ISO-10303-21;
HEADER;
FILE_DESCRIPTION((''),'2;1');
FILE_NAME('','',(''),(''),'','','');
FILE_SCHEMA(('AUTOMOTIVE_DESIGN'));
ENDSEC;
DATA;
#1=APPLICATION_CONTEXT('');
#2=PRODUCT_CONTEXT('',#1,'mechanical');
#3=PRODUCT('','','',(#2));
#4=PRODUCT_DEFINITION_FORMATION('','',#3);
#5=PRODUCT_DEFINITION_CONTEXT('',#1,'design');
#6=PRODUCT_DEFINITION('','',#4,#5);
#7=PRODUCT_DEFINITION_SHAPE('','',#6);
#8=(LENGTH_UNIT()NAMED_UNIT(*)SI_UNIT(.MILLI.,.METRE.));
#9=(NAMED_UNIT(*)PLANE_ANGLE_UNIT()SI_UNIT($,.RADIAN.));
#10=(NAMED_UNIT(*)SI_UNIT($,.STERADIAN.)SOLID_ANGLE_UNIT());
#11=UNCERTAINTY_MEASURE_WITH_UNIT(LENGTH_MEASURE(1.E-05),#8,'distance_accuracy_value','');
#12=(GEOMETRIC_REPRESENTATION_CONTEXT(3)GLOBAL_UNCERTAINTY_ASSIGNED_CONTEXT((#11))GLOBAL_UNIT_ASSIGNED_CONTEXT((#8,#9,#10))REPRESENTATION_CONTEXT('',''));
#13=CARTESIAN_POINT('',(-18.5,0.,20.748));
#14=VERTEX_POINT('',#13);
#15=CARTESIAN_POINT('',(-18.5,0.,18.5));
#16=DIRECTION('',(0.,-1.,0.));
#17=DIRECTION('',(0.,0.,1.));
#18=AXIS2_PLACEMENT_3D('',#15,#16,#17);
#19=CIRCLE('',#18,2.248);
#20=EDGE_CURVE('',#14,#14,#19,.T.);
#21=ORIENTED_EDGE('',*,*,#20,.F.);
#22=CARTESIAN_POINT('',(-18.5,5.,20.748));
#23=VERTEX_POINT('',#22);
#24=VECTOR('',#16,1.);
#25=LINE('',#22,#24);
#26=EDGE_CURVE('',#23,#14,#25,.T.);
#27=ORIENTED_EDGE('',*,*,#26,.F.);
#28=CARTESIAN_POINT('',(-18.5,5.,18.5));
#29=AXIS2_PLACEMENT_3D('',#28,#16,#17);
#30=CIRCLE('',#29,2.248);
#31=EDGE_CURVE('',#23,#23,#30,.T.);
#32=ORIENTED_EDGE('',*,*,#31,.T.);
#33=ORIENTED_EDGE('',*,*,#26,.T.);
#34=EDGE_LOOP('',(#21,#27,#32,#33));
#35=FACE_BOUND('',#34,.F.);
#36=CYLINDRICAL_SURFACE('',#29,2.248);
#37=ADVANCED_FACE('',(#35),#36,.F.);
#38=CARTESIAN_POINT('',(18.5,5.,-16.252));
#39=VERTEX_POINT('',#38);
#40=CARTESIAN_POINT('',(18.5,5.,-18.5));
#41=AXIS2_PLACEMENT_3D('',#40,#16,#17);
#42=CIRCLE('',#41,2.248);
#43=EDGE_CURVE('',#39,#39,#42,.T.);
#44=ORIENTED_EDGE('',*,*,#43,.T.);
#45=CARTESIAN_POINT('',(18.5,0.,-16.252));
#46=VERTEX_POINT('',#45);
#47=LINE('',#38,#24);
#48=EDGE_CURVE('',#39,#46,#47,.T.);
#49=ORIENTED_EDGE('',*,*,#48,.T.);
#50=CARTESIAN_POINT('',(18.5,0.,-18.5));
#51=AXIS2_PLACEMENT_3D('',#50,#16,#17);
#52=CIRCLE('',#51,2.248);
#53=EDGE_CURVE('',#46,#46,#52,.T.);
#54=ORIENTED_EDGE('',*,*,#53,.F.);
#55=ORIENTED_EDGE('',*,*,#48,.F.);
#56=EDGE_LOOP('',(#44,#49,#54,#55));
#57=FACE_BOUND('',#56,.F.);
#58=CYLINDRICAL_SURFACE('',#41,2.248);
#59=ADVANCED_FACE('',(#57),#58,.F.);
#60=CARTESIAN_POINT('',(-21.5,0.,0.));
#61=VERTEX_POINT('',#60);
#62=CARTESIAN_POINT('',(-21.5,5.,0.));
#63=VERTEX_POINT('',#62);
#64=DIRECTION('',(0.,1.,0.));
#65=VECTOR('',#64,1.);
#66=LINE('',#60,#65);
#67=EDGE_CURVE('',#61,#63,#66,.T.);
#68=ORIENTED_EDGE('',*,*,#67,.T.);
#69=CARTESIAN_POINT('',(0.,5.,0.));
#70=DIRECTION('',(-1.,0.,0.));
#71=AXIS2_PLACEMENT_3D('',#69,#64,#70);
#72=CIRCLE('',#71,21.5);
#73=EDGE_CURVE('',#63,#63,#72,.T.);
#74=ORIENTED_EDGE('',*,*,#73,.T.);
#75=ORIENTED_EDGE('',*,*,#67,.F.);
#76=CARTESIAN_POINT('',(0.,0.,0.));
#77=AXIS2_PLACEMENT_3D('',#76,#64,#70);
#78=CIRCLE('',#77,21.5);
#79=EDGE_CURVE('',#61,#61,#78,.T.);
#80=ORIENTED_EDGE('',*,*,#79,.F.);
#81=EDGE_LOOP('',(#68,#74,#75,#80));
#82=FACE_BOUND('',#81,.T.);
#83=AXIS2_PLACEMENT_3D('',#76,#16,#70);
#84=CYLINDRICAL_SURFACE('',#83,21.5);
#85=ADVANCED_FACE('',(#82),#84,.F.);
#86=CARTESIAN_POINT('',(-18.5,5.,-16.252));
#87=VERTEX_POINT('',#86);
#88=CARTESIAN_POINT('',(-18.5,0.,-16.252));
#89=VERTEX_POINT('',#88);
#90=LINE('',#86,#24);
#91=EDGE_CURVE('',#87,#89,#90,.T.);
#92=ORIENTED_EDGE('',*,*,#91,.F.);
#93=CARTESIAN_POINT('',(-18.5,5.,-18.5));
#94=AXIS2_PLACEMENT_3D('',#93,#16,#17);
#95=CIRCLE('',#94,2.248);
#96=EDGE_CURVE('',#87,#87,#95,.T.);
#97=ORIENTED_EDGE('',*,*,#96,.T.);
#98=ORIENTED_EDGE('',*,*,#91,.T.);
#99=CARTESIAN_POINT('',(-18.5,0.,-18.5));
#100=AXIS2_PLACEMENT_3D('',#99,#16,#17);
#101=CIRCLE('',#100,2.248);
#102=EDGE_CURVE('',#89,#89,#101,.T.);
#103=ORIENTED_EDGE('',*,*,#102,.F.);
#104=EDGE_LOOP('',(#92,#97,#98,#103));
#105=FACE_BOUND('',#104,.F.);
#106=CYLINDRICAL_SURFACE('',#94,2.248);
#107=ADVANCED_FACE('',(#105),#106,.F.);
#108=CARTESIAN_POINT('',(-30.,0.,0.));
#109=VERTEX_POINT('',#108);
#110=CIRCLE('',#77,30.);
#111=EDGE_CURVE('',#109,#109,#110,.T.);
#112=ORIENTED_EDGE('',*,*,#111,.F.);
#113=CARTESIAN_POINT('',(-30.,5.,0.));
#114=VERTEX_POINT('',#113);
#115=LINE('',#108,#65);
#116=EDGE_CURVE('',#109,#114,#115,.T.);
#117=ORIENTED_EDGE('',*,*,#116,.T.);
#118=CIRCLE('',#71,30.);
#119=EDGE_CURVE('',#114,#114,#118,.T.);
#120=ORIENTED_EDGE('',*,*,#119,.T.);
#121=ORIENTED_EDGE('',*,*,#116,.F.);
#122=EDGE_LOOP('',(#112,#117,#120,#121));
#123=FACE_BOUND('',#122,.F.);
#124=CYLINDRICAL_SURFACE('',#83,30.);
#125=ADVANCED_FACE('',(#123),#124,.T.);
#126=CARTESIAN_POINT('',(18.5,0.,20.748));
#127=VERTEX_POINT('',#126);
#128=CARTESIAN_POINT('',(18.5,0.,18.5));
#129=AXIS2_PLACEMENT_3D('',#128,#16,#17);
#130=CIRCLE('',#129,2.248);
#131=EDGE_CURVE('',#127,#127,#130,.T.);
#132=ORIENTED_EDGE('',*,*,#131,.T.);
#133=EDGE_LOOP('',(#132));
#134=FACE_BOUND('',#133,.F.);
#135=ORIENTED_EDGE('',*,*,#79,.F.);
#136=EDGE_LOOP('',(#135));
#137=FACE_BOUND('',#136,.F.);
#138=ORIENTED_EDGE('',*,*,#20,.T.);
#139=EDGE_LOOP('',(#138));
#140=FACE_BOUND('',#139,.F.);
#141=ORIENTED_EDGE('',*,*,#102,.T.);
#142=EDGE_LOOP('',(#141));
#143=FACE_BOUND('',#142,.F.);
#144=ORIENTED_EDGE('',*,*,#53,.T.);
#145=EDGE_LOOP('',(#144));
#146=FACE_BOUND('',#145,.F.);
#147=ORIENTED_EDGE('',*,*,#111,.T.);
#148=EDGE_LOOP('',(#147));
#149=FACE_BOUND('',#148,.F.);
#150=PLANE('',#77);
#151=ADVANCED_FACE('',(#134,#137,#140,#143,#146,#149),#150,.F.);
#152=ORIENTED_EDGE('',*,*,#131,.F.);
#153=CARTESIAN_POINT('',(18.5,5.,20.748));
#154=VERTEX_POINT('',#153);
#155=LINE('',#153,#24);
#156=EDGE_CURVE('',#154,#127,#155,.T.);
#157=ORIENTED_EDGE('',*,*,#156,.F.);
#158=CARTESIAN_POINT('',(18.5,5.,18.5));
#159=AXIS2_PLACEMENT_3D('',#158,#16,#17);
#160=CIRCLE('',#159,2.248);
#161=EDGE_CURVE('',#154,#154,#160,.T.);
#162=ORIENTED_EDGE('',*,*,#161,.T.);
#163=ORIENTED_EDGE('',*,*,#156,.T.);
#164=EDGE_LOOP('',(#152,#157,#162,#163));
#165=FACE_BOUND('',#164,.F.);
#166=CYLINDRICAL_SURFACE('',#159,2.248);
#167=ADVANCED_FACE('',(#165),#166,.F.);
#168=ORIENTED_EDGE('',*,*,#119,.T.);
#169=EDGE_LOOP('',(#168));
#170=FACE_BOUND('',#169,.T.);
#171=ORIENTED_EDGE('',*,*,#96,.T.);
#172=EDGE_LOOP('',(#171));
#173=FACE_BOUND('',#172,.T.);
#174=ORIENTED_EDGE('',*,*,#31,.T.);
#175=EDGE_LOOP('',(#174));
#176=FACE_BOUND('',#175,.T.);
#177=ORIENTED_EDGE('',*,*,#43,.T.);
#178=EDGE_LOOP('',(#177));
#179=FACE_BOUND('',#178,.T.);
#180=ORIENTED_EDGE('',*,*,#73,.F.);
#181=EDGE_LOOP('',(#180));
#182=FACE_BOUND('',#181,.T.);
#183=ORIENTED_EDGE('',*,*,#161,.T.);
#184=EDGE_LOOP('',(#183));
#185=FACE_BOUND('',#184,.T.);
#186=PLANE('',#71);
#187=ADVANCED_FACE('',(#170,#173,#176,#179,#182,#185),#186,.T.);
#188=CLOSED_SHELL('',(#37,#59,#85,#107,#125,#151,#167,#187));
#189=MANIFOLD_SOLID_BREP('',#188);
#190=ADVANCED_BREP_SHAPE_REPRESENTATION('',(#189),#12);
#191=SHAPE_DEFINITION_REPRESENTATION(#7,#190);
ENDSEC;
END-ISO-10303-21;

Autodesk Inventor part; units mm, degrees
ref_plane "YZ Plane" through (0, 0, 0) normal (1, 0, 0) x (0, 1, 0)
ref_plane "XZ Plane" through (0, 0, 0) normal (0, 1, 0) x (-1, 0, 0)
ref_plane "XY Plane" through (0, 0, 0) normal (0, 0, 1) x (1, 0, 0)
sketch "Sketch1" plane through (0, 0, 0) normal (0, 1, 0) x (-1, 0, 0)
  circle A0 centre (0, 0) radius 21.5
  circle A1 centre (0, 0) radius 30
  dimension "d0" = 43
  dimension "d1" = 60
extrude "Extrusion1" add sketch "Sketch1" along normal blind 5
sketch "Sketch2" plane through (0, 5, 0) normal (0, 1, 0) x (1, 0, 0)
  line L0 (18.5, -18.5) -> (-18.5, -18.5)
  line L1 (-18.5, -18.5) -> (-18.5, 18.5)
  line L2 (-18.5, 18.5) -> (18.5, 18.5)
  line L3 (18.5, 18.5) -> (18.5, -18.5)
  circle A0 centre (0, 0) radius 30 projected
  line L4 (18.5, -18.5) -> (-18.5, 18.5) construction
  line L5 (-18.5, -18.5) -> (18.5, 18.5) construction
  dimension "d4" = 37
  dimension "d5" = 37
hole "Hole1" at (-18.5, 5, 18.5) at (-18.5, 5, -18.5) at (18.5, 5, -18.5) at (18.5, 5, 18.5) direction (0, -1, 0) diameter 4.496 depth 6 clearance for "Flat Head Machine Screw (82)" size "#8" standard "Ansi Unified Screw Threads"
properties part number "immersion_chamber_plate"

Exercise instructions:
Please repeat word for word the lines above that run from the beginning through the line containing "#44=ORIENTED_EDGE('',*,*,#43,.T.);", keeping both the first and that last line.

Solved exercise:
ISO-10303-21;
HEADER;
FILE_DESCRIPTION((''),'2;1');
FILE_NAME('','',(''),(''),'','','');
FILE_SCHEMA(('AUTOMOTIVE_DESIGN'));
ENDSEC;
DATA;
#1=APPLICATION_CONTEXT('');
#2=PRODUCT_CONTEXT('',#1,'mechanical');
#3=PRODUCT('','','',(#2));
#4=PRODUCT_DEFINITION_FORMATION('','',#3);
#5=PRODUCT_DEFINITION_CONTEXT('',#1,'design');
#6=PRODUCT_DEFINITION('','',#4,#5);
#7=PRODUCT_DEFINITION_SHAPE('','',#6);
#8=(LENGTH_UNIT()NAMED_UNIT(*)SI_UNIT(.MILLI.,.METRE.));
#9=(NAMED_UNIT(*)PLANE_ANGLE_UNIT()SI_UNIT($,.RADIAN.));
#10=(NAMED_UNIT(*)SI_UNIT($,.STERADIAN.)SOLID_ANGLE_UNIT());
#11=UNCERTAINTY_MEASURE_WITH_UNIT(LENGTH_MEASURE(1.E-05),#8,'distance_accuracy_value','');
#12=(GEOMETRIC_REPRESENTATION_CONTEXT(3)GLOBAL_UNCERTAINTY_ASSIGNED_CONTEXT((#11))GLOBAL_UNIT_ASSIGNED_CONTEXT((#8,#9,#10))REPRESENTATION_CONTEXT('',''));
#13=CARTESIAN_POINT('',(-18.5,0.,20.748));
#14=VERTEX_POINT('',#13);
#15=CARTESIAN_POINT('',(-18.5,0.,18.5));
#16=DIRECTION('',(0.,-1.,0.));
#17=DIRECTION('',(0.,0.,1.));
#18=AXIS2_PLACEMENT_3D('',#15,#16,#17);
#19=CIRCLE('',#18,2.248);
#20=EDGE_CURVE('',#14,#14,#19,.T.);
#21=ORIENTED_EDGE('',*,*,#20,.F.);
#22=CARTESIAN_POINT('',(-18.5,5.,20.748));
#23=VERTEX_POINT('',#22);
#24=VECTOR('',#16,1.);
#25=LINE('',#22,#24);
#26=EDGE_CURVE('',#23,#14,#25,.T.);
#27=ORIENTED_EDGE('',*,*,#26,.F.);
#28=CARTESIAN_POINT('',(-18.5,5.,18.5));
#29=AXIS2_PLACEMENT_3D('',#28,#16,#17);
#30=CIRCLE('',#29,2.248);
#31=EDGE_CURVE('',#23,#23,#30,.T.);
#32=ORIENTED_EDGE('',*,*,#31,.T.);
#33=ORIENTED_EDGE('',*,*,#26,.T.);
#34=EDGE_LOOP('',(#21,#27,#32,#33));
#35=FACE_BOUND('',#34,.F.);
#36=CYLINDRICAL_SURFACE('',#29,2.248);
#37=ADVANCED_FACE('',(#35),#36,.F.);
#38=CARTESIAN_POINT('',(18.5,5.,-16.252));
#39=VERTEX_POINT('',#38);
#40=CARTESIAN_POINT('',(18.5,5.,-18.5));
#41=AXIS2_PLACEMENT_3D('',#40,#16,#17);
#42=CIRCLE('',#41,2.248);
#43=EDGE_CURVE('',#39,#39,#42,.T.);
#44=ORIENTED_EDGE('',*,*,#43,.T.);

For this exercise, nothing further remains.